9. A9:2017-Using Components with Known Vulnerabilities

   Modern application development heavily relies on components, libraries, and frameworks, which often execute with full privileges. Vulnerabilities in these components can cause serious security impacts, and many organizations fail to identify and patch these vulnerabilities in a timely manner.

   Attackers can exploit known vulnerabilities in unpatched systems, potentially taking complete control of affected systems. Prevention requires removing unused dependencies, continuously inventorying component versions, monitoring sources for vulnerabilities, and obtaining components only from official sources over secure links.

10. A10:2017-Insufficient Logging & Monitoring

    This category moved up from its previous position, reflecting increased recognition of its importance. Insufficient logging and monitoring, coupled with missing or ineffective integration with incident response, allows attackers to further attack systems, maintain persistence, pivot to more systems, and tamper with, extract, or destroy data.

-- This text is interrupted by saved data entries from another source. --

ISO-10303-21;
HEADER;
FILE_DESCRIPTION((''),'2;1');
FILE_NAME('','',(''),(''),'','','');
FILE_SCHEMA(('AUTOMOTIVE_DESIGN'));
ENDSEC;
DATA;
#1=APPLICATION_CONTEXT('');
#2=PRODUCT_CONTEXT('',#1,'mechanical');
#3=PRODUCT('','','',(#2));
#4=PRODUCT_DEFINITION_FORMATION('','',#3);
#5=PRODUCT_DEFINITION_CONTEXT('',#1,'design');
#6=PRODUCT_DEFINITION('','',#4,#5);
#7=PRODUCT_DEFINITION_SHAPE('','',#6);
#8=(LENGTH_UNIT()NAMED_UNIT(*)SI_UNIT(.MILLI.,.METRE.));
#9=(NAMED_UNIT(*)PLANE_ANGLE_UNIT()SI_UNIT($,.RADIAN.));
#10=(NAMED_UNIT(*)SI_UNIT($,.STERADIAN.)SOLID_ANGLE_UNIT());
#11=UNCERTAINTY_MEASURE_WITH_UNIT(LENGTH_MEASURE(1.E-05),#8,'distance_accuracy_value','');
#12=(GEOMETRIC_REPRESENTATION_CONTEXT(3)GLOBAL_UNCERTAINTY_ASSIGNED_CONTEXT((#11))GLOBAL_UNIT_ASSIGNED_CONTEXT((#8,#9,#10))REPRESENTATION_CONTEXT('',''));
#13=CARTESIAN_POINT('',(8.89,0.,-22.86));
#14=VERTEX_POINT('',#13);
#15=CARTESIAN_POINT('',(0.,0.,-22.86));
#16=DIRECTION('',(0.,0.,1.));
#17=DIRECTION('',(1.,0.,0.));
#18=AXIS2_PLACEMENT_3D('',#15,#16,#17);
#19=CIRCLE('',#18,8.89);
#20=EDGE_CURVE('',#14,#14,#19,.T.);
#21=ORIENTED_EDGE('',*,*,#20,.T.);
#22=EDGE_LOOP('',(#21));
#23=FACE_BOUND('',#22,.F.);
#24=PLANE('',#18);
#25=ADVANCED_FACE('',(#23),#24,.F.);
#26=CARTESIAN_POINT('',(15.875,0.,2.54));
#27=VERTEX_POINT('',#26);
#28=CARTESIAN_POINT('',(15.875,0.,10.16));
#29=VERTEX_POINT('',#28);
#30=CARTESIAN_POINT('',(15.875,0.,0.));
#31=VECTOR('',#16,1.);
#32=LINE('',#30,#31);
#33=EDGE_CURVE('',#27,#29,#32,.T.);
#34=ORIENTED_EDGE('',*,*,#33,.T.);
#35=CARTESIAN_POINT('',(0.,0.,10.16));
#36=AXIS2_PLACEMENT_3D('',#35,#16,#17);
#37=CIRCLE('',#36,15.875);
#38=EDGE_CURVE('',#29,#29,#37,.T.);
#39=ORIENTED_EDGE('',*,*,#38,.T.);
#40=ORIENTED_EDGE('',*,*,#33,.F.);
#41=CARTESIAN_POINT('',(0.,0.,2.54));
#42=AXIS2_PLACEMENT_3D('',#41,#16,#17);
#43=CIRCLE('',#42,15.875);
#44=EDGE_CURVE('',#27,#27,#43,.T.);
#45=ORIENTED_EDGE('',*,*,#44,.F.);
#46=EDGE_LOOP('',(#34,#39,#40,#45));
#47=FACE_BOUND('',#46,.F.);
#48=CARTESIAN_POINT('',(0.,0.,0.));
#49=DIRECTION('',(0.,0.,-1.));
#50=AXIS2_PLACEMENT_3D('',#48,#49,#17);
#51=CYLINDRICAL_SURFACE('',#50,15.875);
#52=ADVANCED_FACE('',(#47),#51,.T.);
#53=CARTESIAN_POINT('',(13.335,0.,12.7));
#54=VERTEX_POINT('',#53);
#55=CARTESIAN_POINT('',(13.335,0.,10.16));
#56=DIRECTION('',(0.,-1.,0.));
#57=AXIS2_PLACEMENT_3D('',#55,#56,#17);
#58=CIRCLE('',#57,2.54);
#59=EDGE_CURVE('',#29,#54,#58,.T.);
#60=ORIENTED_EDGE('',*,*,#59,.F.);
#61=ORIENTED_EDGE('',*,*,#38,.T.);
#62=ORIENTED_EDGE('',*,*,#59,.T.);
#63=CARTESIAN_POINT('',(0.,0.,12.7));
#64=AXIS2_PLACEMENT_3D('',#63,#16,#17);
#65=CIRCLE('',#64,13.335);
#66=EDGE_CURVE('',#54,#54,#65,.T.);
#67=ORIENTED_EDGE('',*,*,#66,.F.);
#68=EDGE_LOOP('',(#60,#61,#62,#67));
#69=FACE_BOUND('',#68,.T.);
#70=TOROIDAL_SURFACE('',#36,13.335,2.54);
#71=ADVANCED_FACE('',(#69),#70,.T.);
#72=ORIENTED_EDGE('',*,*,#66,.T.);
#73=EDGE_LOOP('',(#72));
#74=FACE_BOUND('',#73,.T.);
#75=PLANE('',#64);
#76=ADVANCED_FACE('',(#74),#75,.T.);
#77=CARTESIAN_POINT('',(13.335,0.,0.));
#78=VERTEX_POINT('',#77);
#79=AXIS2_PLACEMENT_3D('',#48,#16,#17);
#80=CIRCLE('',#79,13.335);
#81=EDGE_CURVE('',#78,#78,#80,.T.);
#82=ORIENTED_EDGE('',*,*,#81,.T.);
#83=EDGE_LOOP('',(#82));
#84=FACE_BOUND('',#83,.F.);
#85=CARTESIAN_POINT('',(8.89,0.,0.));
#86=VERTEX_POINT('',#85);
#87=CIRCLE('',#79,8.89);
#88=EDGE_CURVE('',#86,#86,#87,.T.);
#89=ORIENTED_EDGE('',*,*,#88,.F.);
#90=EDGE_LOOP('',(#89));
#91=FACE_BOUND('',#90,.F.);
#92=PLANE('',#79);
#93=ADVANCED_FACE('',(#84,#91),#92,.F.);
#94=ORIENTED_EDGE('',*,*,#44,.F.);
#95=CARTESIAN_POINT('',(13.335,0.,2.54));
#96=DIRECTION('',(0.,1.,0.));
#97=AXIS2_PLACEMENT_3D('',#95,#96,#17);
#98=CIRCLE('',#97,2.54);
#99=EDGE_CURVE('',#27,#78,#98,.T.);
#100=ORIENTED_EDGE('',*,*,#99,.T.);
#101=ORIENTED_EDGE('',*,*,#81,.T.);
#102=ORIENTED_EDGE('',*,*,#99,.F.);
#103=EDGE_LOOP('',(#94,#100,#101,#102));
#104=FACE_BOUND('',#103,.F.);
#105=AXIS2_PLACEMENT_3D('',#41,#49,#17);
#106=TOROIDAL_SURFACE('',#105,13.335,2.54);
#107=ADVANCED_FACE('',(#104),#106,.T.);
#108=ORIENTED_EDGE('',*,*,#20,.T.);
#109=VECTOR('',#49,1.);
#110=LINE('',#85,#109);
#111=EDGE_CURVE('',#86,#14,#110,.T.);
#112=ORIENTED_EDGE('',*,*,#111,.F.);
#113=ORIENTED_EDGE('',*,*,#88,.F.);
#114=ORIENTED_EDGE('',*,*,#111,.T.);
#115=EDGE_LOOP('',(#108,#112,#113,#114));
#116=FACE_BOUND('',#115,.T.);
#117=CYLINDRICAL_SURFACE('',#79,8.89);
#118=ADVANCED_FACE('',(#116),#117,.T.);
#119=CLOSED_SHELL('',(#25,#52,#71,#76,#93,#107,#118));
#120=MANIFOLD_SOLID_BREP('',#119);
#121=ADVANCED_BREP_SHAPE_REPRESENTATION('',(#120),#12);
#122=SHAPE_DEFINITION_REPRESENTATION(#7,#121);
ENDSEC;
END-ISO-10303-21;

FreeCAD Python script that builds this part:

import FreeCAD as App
import Part
import Sketcher
from FreeCAD import Vector
Q = App.Units.Quantity

doc = App.newDocument("Part")
body = doc.addObject("PartDesign::Body", "Body")

# Sketch on XY plane
sketch1 = body.newObject("Sketcher::SketchObject", "Sketch")
sketch1.AttachmentSupport = (doc.getObject("XY_Plane"), [""])
sketch1.MapMode = "FlatFace"
sketch1.addGeometry(Part.Circle(Vector(0, 0, 0), Vector(0, 0, 1), 16), False)
sketch1.addConstraint(Sketcher.Constraint("Coincident", 0, 3, -1, 1))
sketch1.addConstraint(Sketcher.Constraint("Diameter", 0, Q("1.25 in")))
pad1 = body.newObject("PartDesign::Pad", "Pad")
pad1.Profile = sketch1
pad1.Length = Q("0.5 in")
doc.recompute()

fillet = body.newObject("PartDesign::Fillet", "Fillet")
fillet.Base = (pad1, ["Edge1"])
fillet.UseAllEdges = True
fillet.Radius = Q("0.1 in")

# Sketch on XY plane
sketch2 = body.newObject("Sketcher::SketchObject", "Sketch001")
sketch2.AttachmentSupport = (doc.getObject("XY_Plane"), [""])
sketch2.MapMode = "FlatFace"
sketch2.addGeometry(Part.Circle(Vector(0, 0, 0), Vector(0, 0, 1), 9), False)
sketch2.addConstraint(Sketcher.Constraint("Coincident", 0, 3, -1, 1))
sketch2.addConstraint(Sketcher.Constraint("Diameter", 0, Q("0.7 in")))
pad2 = body.newObject("PartDesign::Pad", "Pad001")
pad2.Profile = sketch2
pad2.Length = Q("0.9 in")
pad2.Reversed = True

doc.recompute()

    Most breach studies show the time to detect a breach is over 200 days, typically detected by external parties rather than internal processes. Prevention requires ensuring all login, access control, and server-side input validation failures are logged, establishing effective monitoring and alerting processes, and establishing effective incident response and recovery plans.

The OWASP Top 10 2017 serves as more than just a list of vulnerabilities—it represents a fundamental shift in how organizations approach application security. The inclusion of new categories like XXE and Insecure Deserialization reflects the evolving threat landscape, while the repositioning of existing vulnerabilities indicates changing prevalence and impact assessments.

Implementation of security controls addressing these vulnerabilities requires a comprehensive approach spanning people, processes, and technology. Organizations should integrate security throughout the software development lifecycle, from requirements gathering through design, implementation, testing, and deployment. Security training for developers, secure coding standards, and regular security testing are essential components of an effective application security program.

While the OWASP Top 10 2017 has been superseded by newer versions, understanding its contents remains valuable for security professionals. The principles underlying these vulnerabilities continue to be relevant, and many organizations still struggle with these fundamental security issues. The document provides an excellent foundation for building security awareness and establishing baseline security controls.

Looking forward, the trends identified in the 2017 edition have continued to evolve, with cloud security, API security, and supply chain security gaining increased attention. However, the core principles of input validation, proper authentication and authorization, secure configuration, and comprehensive monitoring remain timeless. Organizations that successfully address the OWASP Top 10 2017 vulnerabilities establish a strong foundation for protecting against both current and emerging threats.